The Difference Between Lazing and "Laxing"
When is it Ok to Not Get Out of Bed?
So I have pretty much barely moved all day and I am feeling like a lazy bum. It forces me to question when is it ok to not get out bed? It's difficult for me to just lounge around without feeling guilty or as if I need to be doing something I can deem productive. I am attempting to convince myself that I'm not being lazy I'm just relaxing and participating in some much needed self-care. The past few days have been very emotional and last night I finally allowed myself to go out and let loose.
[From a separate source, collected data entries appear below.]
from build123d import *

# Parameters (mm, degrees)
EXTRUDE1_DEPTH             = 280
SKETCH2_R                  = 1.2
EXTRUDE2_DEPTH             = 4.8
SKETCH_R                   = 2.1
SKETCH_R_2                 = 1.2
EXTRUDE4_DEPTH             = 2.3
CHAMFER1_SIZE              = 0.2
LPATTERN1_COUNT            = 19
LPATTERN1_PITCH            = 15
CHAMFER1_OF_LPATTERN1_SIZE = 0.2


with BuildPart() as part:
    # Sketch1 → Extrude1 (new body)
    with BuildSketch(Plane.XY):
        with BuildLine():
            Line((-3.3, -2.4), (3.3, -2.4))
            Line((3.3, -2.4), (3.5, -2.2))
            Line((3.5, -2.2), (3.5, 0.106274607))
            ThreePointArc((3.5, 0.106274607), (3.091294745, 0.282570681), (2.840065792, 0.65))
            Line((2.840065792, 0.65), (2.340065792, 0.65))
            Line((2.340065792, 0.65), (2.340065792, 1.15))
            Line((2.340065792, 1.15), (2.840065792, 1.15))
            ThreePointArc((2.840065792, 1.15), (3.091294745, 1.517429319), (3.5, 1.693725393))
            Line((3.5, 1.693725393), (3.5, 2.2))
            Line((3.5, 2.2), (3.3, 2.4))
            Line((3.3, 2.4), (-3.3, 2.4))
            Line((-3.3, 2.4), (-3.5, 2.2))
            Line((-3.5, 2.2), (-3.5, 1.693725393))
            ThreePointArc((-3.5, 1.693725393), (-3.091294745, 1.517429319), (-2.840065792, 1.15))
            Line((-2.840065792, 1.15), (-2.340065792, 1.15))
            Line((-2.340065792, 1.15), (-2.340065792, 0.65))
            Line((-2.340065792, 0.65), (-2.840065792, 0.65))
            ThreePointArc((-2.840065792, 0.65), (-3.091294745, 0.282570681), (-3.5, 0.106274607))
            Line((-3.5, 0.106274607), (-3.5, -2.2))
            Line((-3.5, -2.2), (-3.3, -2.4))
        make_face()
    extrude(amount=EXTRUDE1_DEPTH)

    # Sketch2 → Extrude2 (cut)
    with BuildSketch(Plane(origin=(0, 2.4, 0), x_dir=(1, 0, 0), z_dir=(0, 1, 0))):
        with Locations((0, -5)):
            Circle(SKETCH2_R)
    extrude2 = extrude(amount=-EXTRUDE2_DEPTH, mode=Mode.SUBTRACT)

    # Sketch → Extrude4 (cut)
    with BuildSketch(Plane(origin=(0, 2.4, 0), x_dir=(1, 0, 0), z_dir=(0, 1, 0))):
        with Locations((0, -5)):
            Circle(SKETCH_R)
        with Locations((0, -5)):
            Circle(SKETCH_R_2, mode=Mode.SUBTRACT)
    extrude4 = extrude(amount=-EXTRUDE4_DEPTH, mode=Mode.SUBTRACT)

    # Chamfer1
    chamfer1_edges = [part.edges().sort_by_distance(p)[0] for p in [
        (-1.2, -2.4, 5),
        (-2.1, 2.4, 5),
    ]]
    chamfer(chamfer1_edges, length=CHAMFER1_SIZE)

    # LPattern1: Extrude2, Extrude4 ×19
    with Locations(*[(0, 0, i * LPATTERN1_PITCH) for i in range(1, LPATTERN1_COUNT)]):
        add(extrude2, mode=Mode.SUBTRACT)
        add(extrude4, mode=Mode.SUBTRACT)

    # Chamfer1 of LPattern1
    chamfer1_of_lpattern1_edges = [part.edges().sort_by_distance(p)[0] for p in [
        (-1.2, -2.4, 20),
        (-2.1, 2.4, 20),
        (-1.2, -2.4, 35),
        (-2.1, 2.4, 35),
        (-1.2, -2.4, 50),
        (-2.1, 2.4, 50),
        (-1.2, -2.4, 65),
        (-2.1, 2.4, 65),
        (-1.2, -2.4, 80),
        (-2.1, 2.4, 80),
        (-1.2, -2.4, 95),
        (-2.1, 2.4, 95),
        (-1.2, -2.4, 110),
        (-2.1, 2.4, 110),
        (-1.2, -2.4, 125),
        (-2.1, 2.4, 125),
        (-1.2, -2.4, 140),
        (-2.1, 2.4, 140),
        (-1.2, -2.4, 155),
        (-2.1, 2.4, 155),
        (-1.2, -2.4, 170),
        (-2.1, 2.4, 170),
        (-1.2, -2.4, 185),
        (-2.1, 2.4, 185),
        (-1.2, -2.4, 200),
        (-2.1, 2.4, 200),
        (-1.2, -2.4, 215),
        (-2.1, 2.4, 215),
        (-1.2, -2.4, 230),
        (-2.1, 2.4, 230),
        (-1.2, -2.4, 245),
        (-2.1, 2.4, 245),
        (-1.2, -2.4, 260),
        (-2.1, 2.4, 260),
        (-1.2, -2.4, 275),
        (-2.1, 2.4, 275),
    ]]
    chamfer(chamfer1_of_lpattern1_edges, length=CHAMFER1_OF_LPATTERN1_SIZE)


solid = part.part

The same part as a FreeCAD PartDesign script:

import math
import FreeCAD as App
import Part
import Sketcher


def edges_at(feature, points):
    """Names of the edges that pass closest to the given points."""
    edges = feature.Shape.Edges
    near = lambda p: min(range(len(edges)), key=lambda i: edges[i].distToShape(Part.Vertex(*p))[0])
    return sorted({f"Edge{near(p) + 1}" for p in points})

doc = App.newDocument("Part")
body = doc.addObject("PartDesign::Body", "Body")

# Sketch on XY plane
sketch1 = body.newObject("Sketcher::SketchObject", "Sketch")
sketch1.AttachmentSupport = (doc.getObject("XY_Plane"), [""])
sketch1.MapMode = "FlatFace"
sketch1.addGeometry([
    Part.LineSegment(App.Vector(-3.3, -2.4, 0), App.Vector(3.3, -2.4, 0)),  # 0
    Part.LineSegment(App.Vector(3.3, -2.4, 0), App.Vector(3.5, -2.2, 0)),  # 1
    Part.LineSegment(App.Vector(3.5, -2.2, 0), App.Vector(3.5, 0.11, 0)),  # 2
    Part.ArcOfCircle(Part.Circle(App.Vector(3.6, 0.9, 0), App.Vector(0, 0, 1), 0.8), math.radians(-162), math.radians(-97)),  # 3
    Part.LineSegment(App.Vector(2.84, 0.65, 0), App.Vector(2.34, 0.65, 0)),  # 4
    Part.LineSegment(App.Vector(2.34, 0.65, 0), App.Vector(2.34, 1.15, 0)),  # 5
    Part.LineSegment(App.Vector(2.34, 1.15, 0), App.Vector(2.84, 1.15, 0)),  # 6
    Part.ArcOfCircle(Part.Circle(App.Vector(3.6, 0.9, 0), App.Vector(0, 0, 1), 0.8), math.radians(97), math.radians(162)),  # 7
    Part.LineSegment(App.Vector(3.5, 1.69, 0), App.Vector(3.5, 2.2, 0)),  # 8
    Part.LineSegment(App.Vector(3.5, 2.2, 0), App.Vector(3.3, 2.4, 0)),  # 9
    Part.LineSegment(App.Vector(3.3, 2.4, 0), App.Vector(-3.3, 2.4, 0)),  # 10
    Part.LineSegment(App.Vector(-3.3, 2.4, 0), App.Vector(-3.5, 2.2, 0)),  # 11
    Part.LineSegment(App.Vector(-3.5, 2.2, 0), App.Vector(-3.5, 1.69, 0)),  # 12
    Part.ArcOfCircle(Part.Circle(App.Vector(-3.6, 0.9, 0), App.Vector(0, 0, 1), 0.8), math.radians(18), math.radians(83)),  # 13
    Part.LineSegment(App.Vector(-2.84, 1.15, 0), App.Vector(-2.34, 1.15, 0)),  # 14
    Part.LineSegment(App.Vector(-2.34, 1.15, 0), App.Vector(-2.34, 0.65, 0)),  # 15
    Part.LineSegment(App.Vector(-2.34, 0.65, 0), App.Vector(-2.84, 0.65, 0)),  # 16
    Part.ArcOfCircle(Part.Circle(App.Vector(-3.6, 0.9, 0), App.Vector(0, 0, 1), 0.8), math.radians(-83), math.radians(-18)),  # 17
    Part.LineSegment(App.Vector(-3.5, 0.11, 0), App.Vector(-3.5, -2.2, 0)),  # 18
    Part.LineSegment(App.Vector(-3.5, -2.2, 0), App.Vector(-3.3, -2.4, 0)),  # 19
], False)
sketch1.addConstraint([
    Sketcher.Constraint("Coincident", 0, 2, 1, 1),
    Sketcher.Constraint("Coincident", 1, 2, 2, 1),
    Sketcher.Constraint("Coincident", 2, 2, 3, 2),
    Sketcher.Constraint("Coincident", 3, 1, 4, 1),
    Sketcher.Constraint("Coincident", 4, 2, 5, 1),
    Sketcher.Constraint("Coincident", 5, 2, 6, 1),
    Sketcher.Constraint("Coincident", 6, 2, 7, 2),
    Sketcher.Constraint("Coincident", 7, 1, 8, 1),
    Sketcher.Constraint("Coincident", 8, 2, 9, 1),
    Sketcher.Constraint("Coincident", 9, 2, 10, 1),
    Sketcher.Constraint("Coincident", 10, 2, 11, 1),
    Sketcher.Constraint("Coincident", 11, 2, 12, 1),
    Sketcher.Constraint("Coincident", 12, 2, 13, 2),
    Sketcher.Constraint("Coincident", 13, 1, 14, 1),
    Sketcher.Constraint("Coincident", 14, 2, 15, 1),
    Sketcher.Constraint("Coincident", 15, 2, 16, 1),
    Sketcher.Constraint("Coincident", 16, 2, 17, 2),
    Sketcher.Constraint("Coincident", 17, 1, 18, 1),
    Sketcher.Constraint("Coincident", 18, 2, 19, 1),
    Sketcher.Constraint("Coincident", 19, 2, 0, 1),
    Sketcher.Constraint("Horizontal", 0),
    Sketcher.Constraint("Vertical", 2),
    Sketcher.Constraint("Horizontal", 4),
    Sketcher.Constraint("Vertical", 5),
    Sketcher.Constraint("Horizontal", 6),
    Sketcher.Constraint("Vertical", 8),
    Sketcher.Constraint("Horizontal", 10),
    Sketcher.Constraint("Vertical", 12),
    Sketcher.Constraint("Horizontal", 14),
    Sketcher.Constraint("Vertical", 15),
    Sketcher.Constraint("Horizontal", 16),
    Sketcher.Constraint("Vertical", 18),
    Sketcher.Constraint("Coincident", 7, 3, 3, 3),
    Sketcher.Constraint("Coincident", 17, 3, 13, 3),
    Sketcher.Constraint("Equal", 3, 7),
    Sketcher.Constraint("Equal", 7, 13),
    Sketcher.Constraint("Equal", 13, 17),
    Sketcher.Constraint("Symmetric", 0, 2, 10, 2, -1, 1),
    Sketcher.Constraint("Symmetric", 1, 2, 11, 2, -1, 1),
    Sketcher.Constraint("Symmetric", 8, 2, 18, 2, -1, 1),
    Sketcher.Constraint("Symmetric", 3, 3, 13, 3, -2),
    Sketcher.Constraint("Symmetric", 8, 2, 11, 2, -2),
    Sketcher.Constraint("Symmetric", 5, 2, 14, 2, -2),
    Sketcher.Constraint("Perpendicular", 1, 9),
    Sketcher.Constraint("Perpendicular", 11, 19),
    Sketcher.Constraint("Horizontal", 4, 2, 15, 2),
    Sketcher.Constraint("Vertical", 3, 1, 6, 2),
    Sketcher.Constraint("Vertical", 0, 2, 9, 2),
    Sketcher.Constraint("Equal", 16, 5),
    Sketcher.Constraint("Radius", 3, 0.8),
    Sketcher.Constraint("DistanceX", 0, 1, 0, 2, 6.6),
    Sketcher.Constraint("DistanceX", 4, 2, 4, 1, 0.5),
    Sketcher.Constraint("DistanceX", -1, 1, 3, 3, 3.6),
    Sketcher.Constraint("DistanceY", -1, 1, 3, 3, 0.9),
    Sketcher.Constraint("DistanceY", 0, 2, -1, 1, 2.4),
    Sketcher.Constraint("DistanceX", -1, 1, 1, 2, 3.5),
])
pad1 = body.newObject("PartDesign::Pad", "Pad")
pad1.Profile = sketch1
pad1.Length = 280

# Sketch on XZ plane
sketch2 = body.newObject("Sketcher::SketchObject", "Sketch001")
sketch2.AttachmentSupport = (doc.getObject("XZ_Plane"), [""])
sketch2.MapMode = "FlatFace"
sketch2.AttachmentOffset = App.Placement(App.Vector(0, 0, -2.4), App.Rotation())
sketch2.addGeometry(Part.Circle(App.Vector(0, 5, 0), App.Vector(0, 0, 1), 1.2), False)
sketch2.addConstraint([
    Sketcher.Constraint("PointOnObject", 0, 3, -2),
    Sketcher.Constraint("Diameter", 0, 2.4),
    Sketcher.Constraint("DistanceY", -1, 1, 0, 3, 5.0),
])
pocket1 = body.newObject("PartDesign::Pocket", "Pocket")
pocket1.Profile = sketch2
pocket1.Length = 4.8
pocket1.Reversed = True

# Sketch on XZ plane
sketch3 = body.newObject("Sketcher::SketchObject", "Sketch002")
sketch3.AttachmentSupport = (doc.getObject("XZ_Plane"), [""])
sketch3.MapMode = "FlatFace"
sketch3.AttachmentOffset = App.Placement(App.Vector(0, 0, -2.4), App.Rotation())
sketch3.addGeometry([
    Part.Circle(App.Vector(0, 5, 0), App.Vector(0, 0, 1), 2.1),
    Part.Circle(App.Vector(0, 5, 0), App.Vector(0, 0, 1), 1.2),
], False)
sketch3.addConstraint([
    Sketcher.Constraint("Coincident", 1, 3, 0, 3),
    Sketcher.Constraint("PointOnObject", 0, 3, -2),
    Sketcher.Constraint("Diameter", 0, 4.2),
    Sketcher.Constraint("Diameter", 1, 2.4),
    Sketcher.Constraint("DistanceY", -1, 1, 0, 3, 5.0),
])
pocket2 = body.newObject("PartDesign::Pocket", "Pocket001")
pocket2.Profile = sketch3
pocket2.Length = 2.3
pocket2.Reversed = True
doc.recompute()

chamfer = body.newObject("PartDesign::Chamfer", "Chamfer")
chamfer.Base = (pocket2, edges_at(pocket2, [(-1.2, -2.4, 5), (-2.1, 2.4, 5)]))
chamfer.Size = 0.2
doc.recompute()

linearpattern = body.newObject("PartDesign::LinearPattern", "LinearPattern")
linearpattern.Originals = [pocket1, pocket2]
linearpattern.Direction = (doc.getObject("Z_Axis"), [""])
linearpattern.Mode = "offset"
linearpattern.Offset = 15
linearpattern.Occurrences = 19
body.Tip = linearpattern
doc.recompute()

chamfer2 = body.newObject("PartDesign::Chamfer", "Chamfer001")
chamfer2.Base = (linearpattern, edges_at(linearpattern, [
    (-1.2, -2.4, 20),
    (-2.1, 2.4, 20),
    (-1.2, -2.4, 35),
    (-2.1, 2.4, 35),
    (-1.2, -2.4, 50),
    (-2.1, 2.4, 50),
    (-1.2, -2.4, 65),
    (-2.1, 2.4, 65),
    (-1.2, -2.4, 80),
    (-2.1, 2.4, 80),
    (-1.2, -2.4, 95),
    (-2.1, 2.4, 95),
    (-1.2, -2.4, 110),
    (-2.1, 2.4, 110),
    (-1.2, -2.4, 125),
    (-2.1, 2.4, 125),
    (-1.2, -2.4, 140),
    (-2.1, 2.4, 140),
    (-1.2, -2.4, 155),
    (-2.1, 2.4, 155),
    (-1.2, -2.4, 170),
    (-2.1, 2.4, 170),
    (-1.2, -2.4, 185),
    (-2.1, 2.4, 185),
    (-1.2, -2.4, 200),
    (-2.1, 2.4, 200),
    (-1.2, -2.4, 215),
    (-2.1, 2.4, 215),
    (-1.2, -2.4, 230),
    (-2.1, 2.4, 230),
    (-1.2, -2.4, 245),
    (-2.1, 2.4, 245),
    (-1.2, -2.4, 260),
    (-2.1, 2.4, 260),
    (-1.2, -2.4, 275),
    (-2.1, 2.4, 275),
]))
chamfer2.Size = 0.2

doc.recompute()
However a few too many glasses of wine resulted and a loss of inhibition and a huge sweet indulgence- some cheesecake, an apple crisp, and a heavenly chocolate mouse parfait. It all tasted so good in the moment but the regret and guilt set in quickly after- booo! It's not fair that I can't enjoy these delicious sweets without feeling shameful or as if I have done something wrong. Anyways today has been one of those hung over, sugar coma type of days and I'm unfortunately expecting my monthly visitor so I guess ultimately I am entitled to this lazy day. I don't do it very often and I also don't overindulge with food usually so I guess it's alright. Everything in moderation- even a sugar and alcohol overload I suppose. I guess we are all entitled to these little vacations, escapes, breaks from the norm. I am sure I will be appreciative of it tomorrow when my body and mind begin to experience the benefits of a mini-vacation.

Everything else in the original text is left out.